- Original film poster
- Directed by: Derek N. Twist
- Screenplay by: Michael Gordon Derek N. Twist
- Based on: All Over the Town by R. F. Delderfield
- Produced by: Ian Dalrymple Michael Gordon
- Starring: Norman Wooland Sarah Churchill Cyril Cusack Ronald Adam
- Cinematography: C. M. Pennington-Richards
- Edited by: Sidney Stone
- Music by: Temple Abady
- Production companies: Wessex Film Productions Pinewood Films
- Release date: 2 March 1949;
- Running time: 83 minutes
- Country: United Kingdom
- Language: English

= All Over the Town =

1949 British film by Derek N. Twist

All Over the Town is a 1949 British comedy film directed by Derek N. Twist and starring Norman Wooland, Sarah Churchill and Cyril Cusack. It was written by Michael Gordon and Twist based on the 1947 novel by R. F. Delderfield.

==Plot==
After serving in the RAF during the Second World War, Nat Hearn returns to his pre-war job as a reporter on the Tormouth Clarion. He meets and is attracted to Sally Thorpe, who had replaced him when he enlisted and has been given notice now that he has returned. He arranges for her to be kept on, and they spend time together and become engaged to be married.

Later, Nat becomes a co-owner and editor of the paper, but the other co-owner disagrees with Nat's new editorial policy, which often involves upsetting people who provide the paper with much of its advertising revenue. The co-owner arranges for most of the staff to take holiday time off simultaneously to prevent Nat's opposition to Tormouth Council's proposed redevelopment scheme, from which some councillors plan to profit personally. Despite this, at a public meeting called by the council Nat and his small band of supporters manage to convince the locals to support Nat in the dispute.

==Cast==
- Norman Wooland as Nat Hearn
- Sarah Churchill as Sally Thorpe
- Cyril Cusack as Gerald Vane
- Ronald Adam as Sam Vane
- Bryan Forbes as Trumble
- James Hayter as Baines
- Fabia Drake as Miss Gelding
- John Salew as Sleek
- Stanley Baker as Barnes
- Edward Rigby as Grimmett
- Patrick Doonan as Burton
- Eleanor Summerfield as Beryl Hopper
- Trefor Jones as Tenor
- Sandra Dorne as Marlene
- Hubert Leslie as Skinner
- Henry Edwards as Major Martindale
- Frederick Leister as Wainer
- Patrick Macnee as Mr Vince
- Anthony Oliver as PC Butt
- Erik Chitty as Frobisher
- Walter Horsbrugh as Mr Thornton
- Lydia Bilbrook as Mrs Vane (uncredited)

==Production==
All Over the Town was the fourth of five films produced by Wessex Film Productions, a production company founded in 1947 by Ian Dalrymple and Jack Lee, both formerly of the Crown Film Unit. The film was shot in Lyme Regis.

==Reception==
The Monthly Film Bulletin wrote: "The acting for the most part is good, but not outstanding. The satirical comedy and humour are good. Direction and production are adequate and the film has an exciting climax and satisfying ending."

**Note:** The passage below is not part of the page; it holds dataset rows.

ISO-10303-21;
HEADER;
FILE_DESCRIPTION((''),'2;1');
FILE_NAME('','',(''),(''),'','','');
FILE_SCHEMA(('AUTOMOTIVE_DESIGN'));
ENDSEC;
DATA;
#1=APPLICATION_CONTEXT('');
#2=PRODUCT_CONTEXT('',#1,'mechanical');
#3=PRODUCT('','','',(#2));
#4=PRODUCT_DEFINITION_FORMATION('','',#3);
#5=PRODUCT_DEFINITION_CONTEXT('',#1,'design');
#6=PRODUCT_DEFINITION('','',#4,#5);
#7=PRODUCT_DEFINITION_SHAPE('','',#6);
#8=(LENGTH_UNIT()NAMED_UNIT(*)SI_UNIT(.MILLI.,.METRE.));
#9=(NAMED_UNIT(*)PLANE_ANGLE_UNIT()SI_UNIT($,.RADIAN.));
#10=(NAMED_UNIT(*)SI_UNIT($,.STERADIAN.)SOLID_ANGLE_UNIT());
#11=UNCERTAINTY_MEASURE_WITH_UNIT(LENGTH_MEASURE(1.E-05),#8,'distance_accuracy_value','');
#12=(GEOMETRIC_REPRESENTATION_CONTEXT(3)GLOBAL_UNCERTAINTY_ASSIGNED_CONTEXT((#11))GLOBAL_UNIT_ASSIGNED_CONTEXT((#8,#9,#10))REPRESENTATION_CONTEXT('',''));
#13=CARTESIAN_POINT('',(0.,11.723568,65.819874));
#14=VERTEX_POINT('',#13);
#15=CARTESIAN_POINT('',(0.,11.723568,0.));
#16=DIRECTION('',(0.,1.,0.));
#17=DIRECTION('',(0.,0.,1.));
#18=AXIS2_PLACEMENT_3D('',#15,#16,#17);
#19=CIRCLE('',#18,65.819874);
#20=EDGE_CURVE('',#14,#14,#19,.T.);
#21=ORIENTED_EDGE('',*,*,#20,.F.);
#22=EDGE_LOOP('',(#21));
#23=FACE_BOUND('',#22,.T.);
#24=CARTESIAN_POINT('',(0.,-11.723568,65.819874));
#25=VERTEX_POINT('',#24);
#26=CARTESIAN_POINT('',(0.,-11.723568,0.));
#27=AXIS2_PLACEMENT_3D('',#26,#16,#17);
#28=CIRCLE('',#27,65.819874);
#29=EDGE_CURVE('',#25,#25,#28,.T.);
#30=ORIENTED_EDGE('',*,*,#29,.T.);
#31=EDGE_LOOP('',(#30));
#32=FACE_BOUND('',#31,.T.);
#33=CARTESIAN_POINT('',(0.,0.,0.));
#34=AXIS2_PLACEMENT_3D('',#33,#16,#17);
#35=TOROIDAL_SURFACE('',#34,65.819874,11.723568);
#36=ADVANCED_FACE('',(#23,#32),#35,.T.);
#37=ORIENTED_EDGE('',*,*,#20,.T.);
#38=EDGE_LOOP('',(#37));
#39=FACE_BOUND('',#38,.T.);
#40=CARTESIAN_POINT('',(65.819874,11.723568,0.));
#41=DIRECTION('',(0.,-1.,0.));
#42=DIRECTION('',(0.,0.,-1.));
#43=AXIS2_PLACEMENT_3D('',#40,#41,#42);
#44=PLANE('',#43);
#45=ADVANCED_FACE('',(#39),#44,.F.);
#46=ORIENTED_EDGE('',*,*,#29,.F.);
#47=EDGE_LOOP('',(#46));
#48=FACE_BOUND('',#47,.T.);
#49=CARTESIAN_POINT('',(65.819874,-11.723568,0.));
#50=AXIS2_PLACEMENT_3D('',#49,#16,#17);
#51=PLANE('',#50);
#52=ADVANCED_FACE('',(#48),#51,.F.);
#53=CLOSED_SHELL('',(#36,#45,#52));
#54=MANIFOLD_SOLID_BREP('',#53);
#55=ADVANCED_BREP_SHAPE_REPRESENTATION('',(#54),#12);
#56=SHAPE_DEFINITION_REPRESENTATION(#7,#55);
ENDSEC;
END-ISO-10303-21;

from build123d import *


with BuildPart() as part:
    # Эскиз1 → Повернуть1 (revolve)
    with BuildSketch(Plane.XY):
        with BuildLine():
            Line((65.819874197, 11.723568229), (0, 11.723568229))
            Line((0, 11.723568229), (0, -11.723568229))
            Line((0, -11.723568229), (65.819874197, -11.723568229))
            ThreePointArc((65.819874197, -11.723568229), (77.543442427, 0), (65.819874197, 11.723568229))
        make_face()
    revolve(axis=Axis((0, 37.699950899, 0), (0, -1, 0)))


solid = part.part
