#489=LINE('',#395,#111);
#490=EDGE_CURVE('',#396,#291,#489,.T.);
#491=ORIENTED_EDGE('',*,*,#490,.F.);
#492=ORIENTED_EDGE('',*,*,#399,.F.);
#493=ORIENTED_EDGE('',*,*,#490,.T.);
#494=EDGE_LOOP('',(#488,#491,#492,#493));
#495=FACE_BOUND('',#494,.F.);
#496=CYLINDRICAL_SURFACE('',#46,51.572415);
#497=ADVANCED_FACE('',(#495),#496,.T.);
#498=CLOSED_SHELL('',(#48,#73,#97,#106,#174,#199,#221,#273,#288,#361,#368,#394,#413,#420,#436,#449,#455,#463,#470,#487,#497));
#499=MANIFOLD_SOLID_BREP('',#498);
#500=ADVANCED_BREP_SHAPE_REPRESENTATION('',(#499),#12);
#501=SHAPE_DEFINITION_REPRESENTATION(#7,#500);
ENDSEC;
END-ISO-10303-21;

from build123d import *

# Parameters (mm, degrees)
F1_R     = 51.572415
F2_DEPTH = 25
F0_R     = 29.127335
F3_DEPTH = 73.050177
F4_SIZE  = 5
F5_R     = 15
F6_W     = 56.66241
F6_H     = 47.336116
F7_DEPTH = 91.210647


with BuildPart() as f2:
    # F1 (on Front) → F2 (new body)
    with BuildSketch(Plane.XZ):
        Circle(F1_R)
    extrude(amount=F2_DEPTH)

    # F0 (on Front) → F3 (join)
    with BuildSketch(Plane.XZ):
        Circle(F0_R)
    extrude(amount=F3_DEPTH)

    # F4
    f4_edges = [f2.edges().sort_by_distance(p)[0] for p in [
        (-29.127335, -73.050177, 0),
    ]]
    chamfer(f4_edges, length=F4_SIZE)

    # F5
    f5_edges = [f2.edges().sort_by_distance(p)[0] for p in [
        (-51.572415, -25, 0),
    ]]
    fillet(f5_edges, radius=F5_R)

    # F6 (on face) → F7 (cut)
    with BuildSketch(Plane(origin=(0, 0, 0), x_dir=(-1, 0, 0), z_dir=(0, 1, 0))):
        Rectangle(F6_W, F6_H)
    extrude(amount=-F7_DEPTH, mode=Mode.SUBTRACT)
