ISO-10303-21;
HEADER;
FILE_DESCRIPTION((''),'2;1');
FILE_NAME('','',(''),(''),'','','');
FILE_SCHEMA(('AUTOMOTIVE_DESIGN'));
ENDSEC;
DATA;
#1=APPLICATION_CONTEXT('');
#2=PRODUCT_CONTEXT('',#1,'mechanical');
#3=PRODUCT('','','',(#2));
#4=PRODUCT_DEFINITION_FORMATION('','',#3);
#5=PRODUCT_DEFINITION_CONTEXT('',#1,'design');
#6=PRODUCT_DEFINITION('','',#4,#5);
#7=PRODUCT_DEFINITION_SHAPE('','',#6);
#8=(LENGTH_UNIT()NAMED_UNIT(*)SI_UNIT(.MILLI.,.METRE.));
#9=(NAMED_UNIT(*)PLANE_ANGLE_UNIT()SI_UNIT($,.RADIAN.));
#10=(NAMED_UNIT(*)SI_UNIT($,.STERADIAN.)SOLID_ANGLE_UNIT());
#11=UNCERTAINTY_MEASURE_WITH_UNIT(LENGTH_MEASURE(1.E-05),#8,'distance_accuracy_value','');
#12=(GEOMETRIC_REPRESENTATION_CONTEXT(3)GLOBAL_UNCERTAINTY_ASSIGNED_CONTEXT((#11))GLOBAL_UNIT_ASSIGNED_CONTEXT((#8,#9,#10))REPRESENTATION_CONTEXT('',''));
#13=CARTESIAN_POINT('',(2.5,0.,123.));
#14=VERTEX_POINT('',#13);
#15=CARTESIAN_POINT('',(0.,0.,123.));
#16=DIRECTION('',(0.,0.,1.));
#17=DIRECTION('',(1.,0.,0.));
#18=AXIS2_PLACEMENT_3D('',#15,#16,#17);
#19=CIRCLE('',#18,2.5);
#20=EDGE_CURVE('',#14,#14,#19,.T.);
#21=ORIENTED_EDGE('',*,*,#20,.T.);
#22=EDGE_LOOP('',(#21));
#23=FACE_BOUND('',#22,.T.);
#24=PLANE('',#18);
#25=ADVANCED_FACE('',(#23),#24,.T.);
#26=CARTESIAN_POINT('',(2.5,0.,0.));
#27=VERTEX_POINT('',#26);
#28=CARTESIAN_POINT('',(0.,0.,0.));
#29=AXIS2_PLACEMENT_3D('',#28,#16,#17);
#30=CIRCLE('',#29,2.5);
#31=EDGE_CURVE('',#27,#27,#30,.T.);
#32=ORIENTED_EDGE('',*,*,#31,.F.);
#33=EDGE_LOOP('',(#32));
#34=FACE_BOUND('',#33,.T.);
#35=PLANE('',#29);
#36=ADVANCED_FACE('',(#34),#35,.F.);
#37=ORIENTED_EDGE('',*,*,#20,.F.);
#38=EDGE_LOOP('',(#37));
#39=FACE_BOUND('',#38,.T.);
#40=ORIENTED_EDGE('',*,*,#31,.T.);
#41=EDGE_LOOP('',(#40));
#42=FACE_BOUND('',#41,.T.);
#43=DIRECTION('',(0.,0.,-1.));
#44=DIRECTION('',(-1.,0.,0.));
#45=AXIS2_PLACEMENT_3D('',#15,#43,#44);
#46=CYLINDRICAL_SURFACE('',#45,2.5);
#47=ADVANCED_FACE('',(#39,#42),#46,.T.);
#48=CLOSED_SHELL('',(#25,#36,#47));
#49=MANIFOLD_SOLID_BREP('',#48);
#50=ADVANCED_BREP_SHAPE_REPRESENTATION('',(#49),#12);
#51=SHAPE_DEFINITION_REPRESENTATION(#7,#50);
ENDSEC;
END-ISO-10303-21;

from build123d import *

# Parameters (mm, degrees)
ESQUISSE1_R      = 2.5
EXTRUSION1_DEPTH = 123


with BuildPart() as part:
    # Esquisse1 → Extrusion1 (new body)
    with BuildSketch(Plane.XY):
        Circle(ESQUISSE1_R)
    extrude(amount=EXTRUSION1_DEPTH)


solid = part.part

The New York Times described it as a "slow, dogmatic little picture" with a "dog-eared" plot.

According to the review in The Times (London), the film's plot was unoriginal, executed "without inspiration or any originality of thought".

==Later history==
By the beginning of the 21st century the only known surviving copy of the film was the negative at the BFI National Film and Television Archive. In 2005 the Lyme Regis Film Society commissioned the production of a new print from the negative. This copy of the film is housed in Lyme Regis Museum and was shown at the local Regent Cinema on a few occasions before it burned down in 2016. Since 2018 the film has been shown on the UK television channel Talking Pictures TV.